Single Optin vs Double Optin: Which is Better?

Email marketing is all about “the list”; the bigger and better your list the more successful your campaigns.

Before you begin to build your email marketing list, you'll need to decide if you want customers to use a single opt-in or a double opt-in to your email list.

Single optin simply means that someone can enter any information in to a capture form and they are automatically subscribed and/or given access to the free ebook, software, etc... that is being offered.

Double optin means that once the form is submitted, the person will receive an email asking them to confirm their request. Typically, the confirmation is accomplished by having the subscriber click a uniquely coded link.

The most common argument for using the single optin method is that some email marketing practitioners believe it helps build a larger list.

The claim is that people are unlikely to take that extra step to click a confirmation link so you could end up losing out on potential prospects.

The most common argument for using the double optin method for email marketing is that email marketers want to know that the prospects they are generating are:

  1. Real humans that read their emails.
  2. Genuinely interested in receiving the information being offered.

Someone using the single optin method may think that they have 5,000 prospects in their database but may actually have somewhere around 3,000 because 2,000 are nothing more than junk emails, spam traps, or bots.

While 3,000 prospects is nothing to take lightly, consider that if 2,000 of those addresses are not valid, that means the ebook, software, download, etc... that was being offered has essentally been stolen if you did not ask those prospects to confirm before receiving your offer.

Another big issue to consider is deliverability.

If your list is cluttered with unknown or garbage email addresses, this can have a negative impact on your overall deliverability. Many email service providers will begin blocking domains that are known to repeatedly send to email addresses that don't exist. Over time, this can result in your messages not being delivered to the real prospects that you do have. What good are those real prospects if your message can't be delivered to them?

Some proponents of single optin hold the position that it doesn't matter since email marketing is so inexpensive. "Why should we care if some of the email addresses in our list don't really exist? Email marketing is so cheap anyway."

This is a flawed perspective. Those bad email addresses could be costing you more than you realize.

Not only is your deliverability affected, meaning that your message may not be getting through to even the good email addresses, but you may be overpaying your autoresponder service provider.

AutoResponder companies like Aweber, GetResponse, Constant Contact, iContact, etc... charge on a sliding scale meaning the larger your list, the more you will pay each month.

When their system looks at your account, they see the total number of prospects. So if you have 5,000 records but only 3,000 are actually deliverable, you are paying too much.
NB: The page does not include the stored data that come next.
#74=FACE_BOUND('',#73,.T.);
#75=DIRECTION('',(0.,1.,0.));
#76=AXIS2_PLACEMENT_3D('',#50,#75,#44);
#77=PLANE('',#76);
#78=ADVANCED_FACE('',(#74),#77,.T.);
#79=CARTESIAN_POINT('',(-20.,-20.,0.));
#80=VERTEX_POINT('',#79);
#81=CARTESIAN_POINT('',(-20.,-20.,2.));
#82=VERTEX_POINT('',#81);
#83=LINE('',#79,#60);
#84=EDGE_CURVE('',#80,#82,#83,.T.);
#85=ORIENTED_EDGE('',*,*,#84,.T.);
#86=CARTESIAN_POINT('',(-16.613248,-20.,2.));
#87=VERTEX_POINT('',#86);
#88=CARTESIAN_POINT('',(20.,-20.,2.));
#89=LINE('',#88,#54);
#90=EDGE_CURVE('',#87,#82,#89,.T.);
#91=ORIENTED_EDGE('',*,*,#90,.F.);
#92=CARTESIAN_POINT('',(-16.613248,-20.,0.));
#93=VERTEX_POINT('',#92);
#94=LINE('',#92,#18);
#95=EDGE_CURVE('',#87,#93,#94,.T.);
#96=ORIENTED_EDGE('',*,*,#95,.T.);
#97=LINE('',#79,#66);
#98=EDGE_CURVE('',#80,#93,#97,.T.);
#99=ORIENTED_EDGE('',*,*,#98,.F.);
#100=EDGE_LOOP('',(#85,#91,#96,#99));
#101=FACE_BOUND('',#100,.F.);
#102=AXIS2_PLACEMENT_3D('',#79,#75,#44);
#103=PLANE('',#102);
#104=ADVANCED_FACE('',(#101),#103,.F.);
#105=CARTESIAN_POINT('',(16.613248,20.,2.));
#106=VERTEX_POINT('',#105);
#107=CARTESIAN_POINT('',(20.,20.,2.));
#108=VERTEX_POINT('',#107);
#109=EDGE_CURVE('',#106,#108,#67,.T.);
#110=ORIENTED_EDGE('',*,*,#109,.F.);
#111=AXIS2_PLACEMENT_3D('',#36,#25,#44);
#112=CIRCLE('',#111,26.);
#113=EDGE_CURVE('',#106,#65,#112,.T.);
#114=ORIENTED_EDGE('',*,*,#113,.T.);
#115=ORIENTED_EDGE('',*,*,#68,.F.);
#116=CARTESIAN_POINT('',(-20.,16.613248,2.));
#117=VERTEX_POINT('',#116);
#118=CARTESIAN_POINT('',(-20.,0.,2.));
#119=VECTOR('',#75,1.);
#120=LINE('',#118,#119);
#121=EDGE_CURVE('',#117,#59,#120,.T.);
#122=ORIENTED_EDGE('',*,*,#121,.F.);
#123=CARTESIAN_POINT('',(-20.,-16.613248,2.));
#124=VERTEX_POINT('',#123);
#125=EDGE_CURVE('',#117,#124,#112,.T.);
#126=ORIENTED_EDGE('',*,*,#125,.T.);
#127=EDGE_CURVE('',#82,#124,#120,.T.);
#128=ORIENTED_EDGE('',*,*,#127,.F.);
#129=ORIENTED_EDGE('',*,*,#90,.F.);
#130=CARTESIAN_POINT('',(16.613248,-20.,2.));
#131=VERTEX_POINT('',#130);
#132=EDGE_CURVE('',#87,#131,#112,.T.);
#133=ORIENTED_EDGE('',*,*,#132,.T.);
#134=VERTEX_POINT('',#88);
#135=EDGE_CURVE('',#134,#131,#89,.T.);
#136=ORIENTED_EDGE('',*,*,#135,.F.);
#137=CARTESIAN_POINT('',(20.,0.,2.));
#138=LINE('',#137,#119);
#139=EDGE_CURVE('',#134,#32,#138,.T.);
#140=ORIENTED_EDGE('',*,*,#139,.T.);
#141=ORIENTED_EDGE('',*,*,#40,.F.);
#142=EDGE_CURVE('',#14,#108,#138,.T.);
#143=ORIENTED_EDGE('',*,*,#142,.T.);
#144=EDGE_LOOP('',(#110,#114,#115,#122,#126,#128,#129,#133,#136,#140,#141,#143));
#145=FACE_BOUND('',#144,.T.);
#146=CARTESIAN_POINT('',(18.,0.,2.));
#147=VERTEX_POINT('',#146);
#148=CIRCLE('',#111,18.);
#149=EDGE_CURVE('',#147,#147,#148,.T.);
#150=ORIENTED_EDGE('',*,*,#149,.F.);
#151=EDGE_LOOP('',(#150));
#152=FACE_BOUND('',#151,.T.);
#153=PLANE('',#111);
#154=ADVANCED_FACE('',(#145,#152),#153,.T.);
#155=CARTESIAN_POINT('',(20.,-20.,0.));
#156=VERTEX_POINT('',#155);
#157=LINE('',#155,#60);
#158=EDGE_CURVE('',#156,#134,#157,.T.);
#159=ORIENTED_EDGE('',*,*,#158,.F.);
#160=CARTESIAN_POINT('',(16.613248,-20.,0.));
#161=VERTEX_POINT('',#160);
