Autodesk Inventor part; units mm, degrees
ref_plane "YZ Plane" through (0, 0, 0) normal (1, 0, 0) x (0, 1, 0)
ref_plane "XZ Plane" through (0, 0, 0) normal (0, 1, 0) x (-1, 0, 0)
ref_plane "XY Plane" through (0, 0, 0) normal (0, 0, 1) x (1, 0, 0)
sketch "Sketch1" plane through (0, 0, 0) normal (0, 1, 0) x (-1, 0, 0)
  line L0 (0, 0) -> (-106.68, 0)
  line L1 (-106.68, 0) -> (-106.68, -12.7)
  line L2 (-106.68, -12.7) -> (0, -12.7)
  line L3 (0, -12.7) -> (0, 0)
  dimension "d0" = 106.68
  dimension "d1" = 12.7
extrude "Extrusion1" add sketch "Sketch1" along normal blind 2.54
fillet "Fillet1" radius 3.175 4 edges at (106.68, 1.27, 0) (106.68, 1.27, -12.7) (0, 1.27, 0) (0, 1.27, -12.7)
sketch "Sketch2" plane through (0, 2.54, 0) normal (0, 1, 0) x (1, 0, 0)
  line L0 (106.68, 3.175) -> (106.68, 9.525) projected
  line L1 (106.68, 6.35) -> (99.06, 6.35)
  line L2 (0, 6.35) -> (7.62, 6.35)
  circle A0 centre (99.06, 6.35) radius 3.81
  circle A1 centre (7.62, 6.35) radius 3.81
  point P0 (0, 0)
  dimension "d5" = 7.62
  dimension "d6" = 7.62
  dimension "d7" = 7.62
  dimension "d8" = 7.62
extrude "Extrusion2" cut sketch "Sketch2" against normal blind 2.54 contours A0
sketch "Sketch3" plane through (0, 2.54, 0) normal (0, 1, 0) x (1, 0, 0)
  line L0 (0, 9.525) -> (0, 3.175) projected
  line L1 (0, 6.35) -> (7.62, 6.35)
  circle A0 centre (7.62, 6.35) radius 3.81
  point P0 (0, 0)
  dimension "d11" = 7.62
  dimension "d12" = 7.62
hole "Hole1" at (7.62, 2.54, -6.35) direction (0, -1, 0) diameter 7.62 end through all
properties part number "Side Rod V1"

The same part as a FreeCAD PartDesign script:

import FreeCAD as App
import Part
import Sketcher
from FreeCAD import Vector
Q = App.Units.Quantity


def edges_at(feature, points):
    """Names of the edges that pass closest to the given points."""
    edges = feature.Shape.Edges
    near = lambda p: min(range(len(edges)), key=lambda i: edges[i].distToShape(Part.Vertex(*p))[0])
    return sorted({f"Edge{near(p) + 1}" for p in points})


def add_polygon(sketch, points):
    """Adds a closed chain of lines whose ends are joined by coincident constraints."""
    first, n = sketch.GeometryCount, len(points)
    for a, b in zip(points, points[1:] + points[:1]):
        sketch.addGeometry(Part.LineSegment(App.Vector(*a, 0), App.Vector(*b, 0)), False)
    for i in range(n):
        sketch.addConstraint(Sketcher.Constraint("Coincident", first + i, 2, first + (i + 1) % n, 1))

doc = App.newDocument("Part")
body = doc.addObject("PartDesign::Body", "Body")

# Sketch on XZ plane
sketch1 = body.newObject("Sketcher::SketchObject", "Sketch")
sketch1.AttachmentSupport = (doc.getObject("XZ_Plane"), [""])
sketch1.MapMode = "FlatFace"
add_polygon(sketch1, [(0, -13), (0, 0), (107, 0), (107, -13)])  # lines 0-3
sketch1.addConstraint([
    Sketcher.Constraint("Vertical", 0),
    Sketcher.Constraint("Horizontal", 1),
    Sketcher.Constraint("Vertical", 2),
    Sketcher.Constraint("Horizontal", 3),
    Sketcher.Constraint("Coincident", 0, 2, -1, 1),
    Sketcher.Constraint("DistanceX", 1, 1, 1, 2, Q("4.2 in")),
    Sketcher.Constraint("DistanceY", 0, 1, 0, 2, Q("0.5 in")),
])
pad1 = body.newObject("PartDesign::Pad", "Pad")
pad1.Profile = sketch1
pad1.Length = Q("0.1 in")
pad1.Reversed = True
doc.recompute()

fillet = body.newObject("PartDesign::Fillet", "Fillet")
fillet.Base = (pad1, edges_at(pad1, [
    (106.68, 1.27, 0),
    (106.68, 1.27, -12.7),
    (0, 1.27, 0),
    (0, 1.27, -12.7),
]))
fillet.Radius = Q("0.125 in")

# Sketch on XZ plane
sketch2 = body.newObject("Sketcher::SketchObject", "Sketch001")
sketch2.AttachmentSupport = (doc.getObject("XZ_Plane"), [""])
sketch2.MapMode = "FlatFace"
sketch2.AttachmentOffset = App.Placement(Vector(0, 0, -0.1 * 25.4), App.Rotation())
sketch2.addGeometry(Part.Circle(Vector(99.1, -6.3, 0), Vector(0, 0, 1), 3.8), False)
sketch2.addConstraint([
    Sketcher.Constraint("Diameter", 0, Q("0.3 in")),
    Sketcher.Constraint("DistanceX", -1, 1, 0, 3, Q("3.9 in")),
    Sketcher.Constraint("DistanceY", 0, 3, -1, 1, Q("0.25 in")),
])
pocket1 = body.newObject("PartDesign::Pocket", "Pocket")
pocket1.Profile = sketch2
pocket1.Length = Q("0.1 in")
pocket1.Reversed = True

# Sketch on XZ plane
sketch3 = body.newObject("Sketcher::SketchObject", "Sketch002")
sketch3.AttachmentSupport = (doc.getObject("XZ_Plane"), [""])
sketch3.MapMode = "FlatFace"
sketch3.AttachmentOffset = App.Placement(Vector(0, 0, -0.1 * 25.4), App.Rotation())
sketch3.addGeometry(Part.Circle(Vector(7.6, -6.3, 0), Vector(0, 0, 1), 3.8), False)
sketch3.addConstraint([
    Sketcher.Constraint("Diameter", 0, Q("0.3 in")),
    Sketcher.Constraint("DistanceX", -1, 1, 0, 3, Q("0.3 in")),
    Sketcher.Constraint("DistanceY", 0, 3, -1, 1, Q("0.25 in")),
])
doc.recompute()
hole = body.newObject("PartDesign::Hole", "Hole")
hole.Profile = sketch3
hole.ThreadType = "None"
hole.Diameter = Q("0.3 in")
hole.DepthType = "ThroughAll"
hole.Reversed = True

doc.recompute()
The idea behind using technology like autoresponders and email marketing should be to help your business increase sales while reducing expenses. Using single optin to build your email marketing lists could cost you not only in efficiency but also in your pocketbook.

Just a simple auto-responder email helps stack the deck in your favor, to weed out the less interested so you can focus on the people who actually want what you’ve got… to grow your online business better.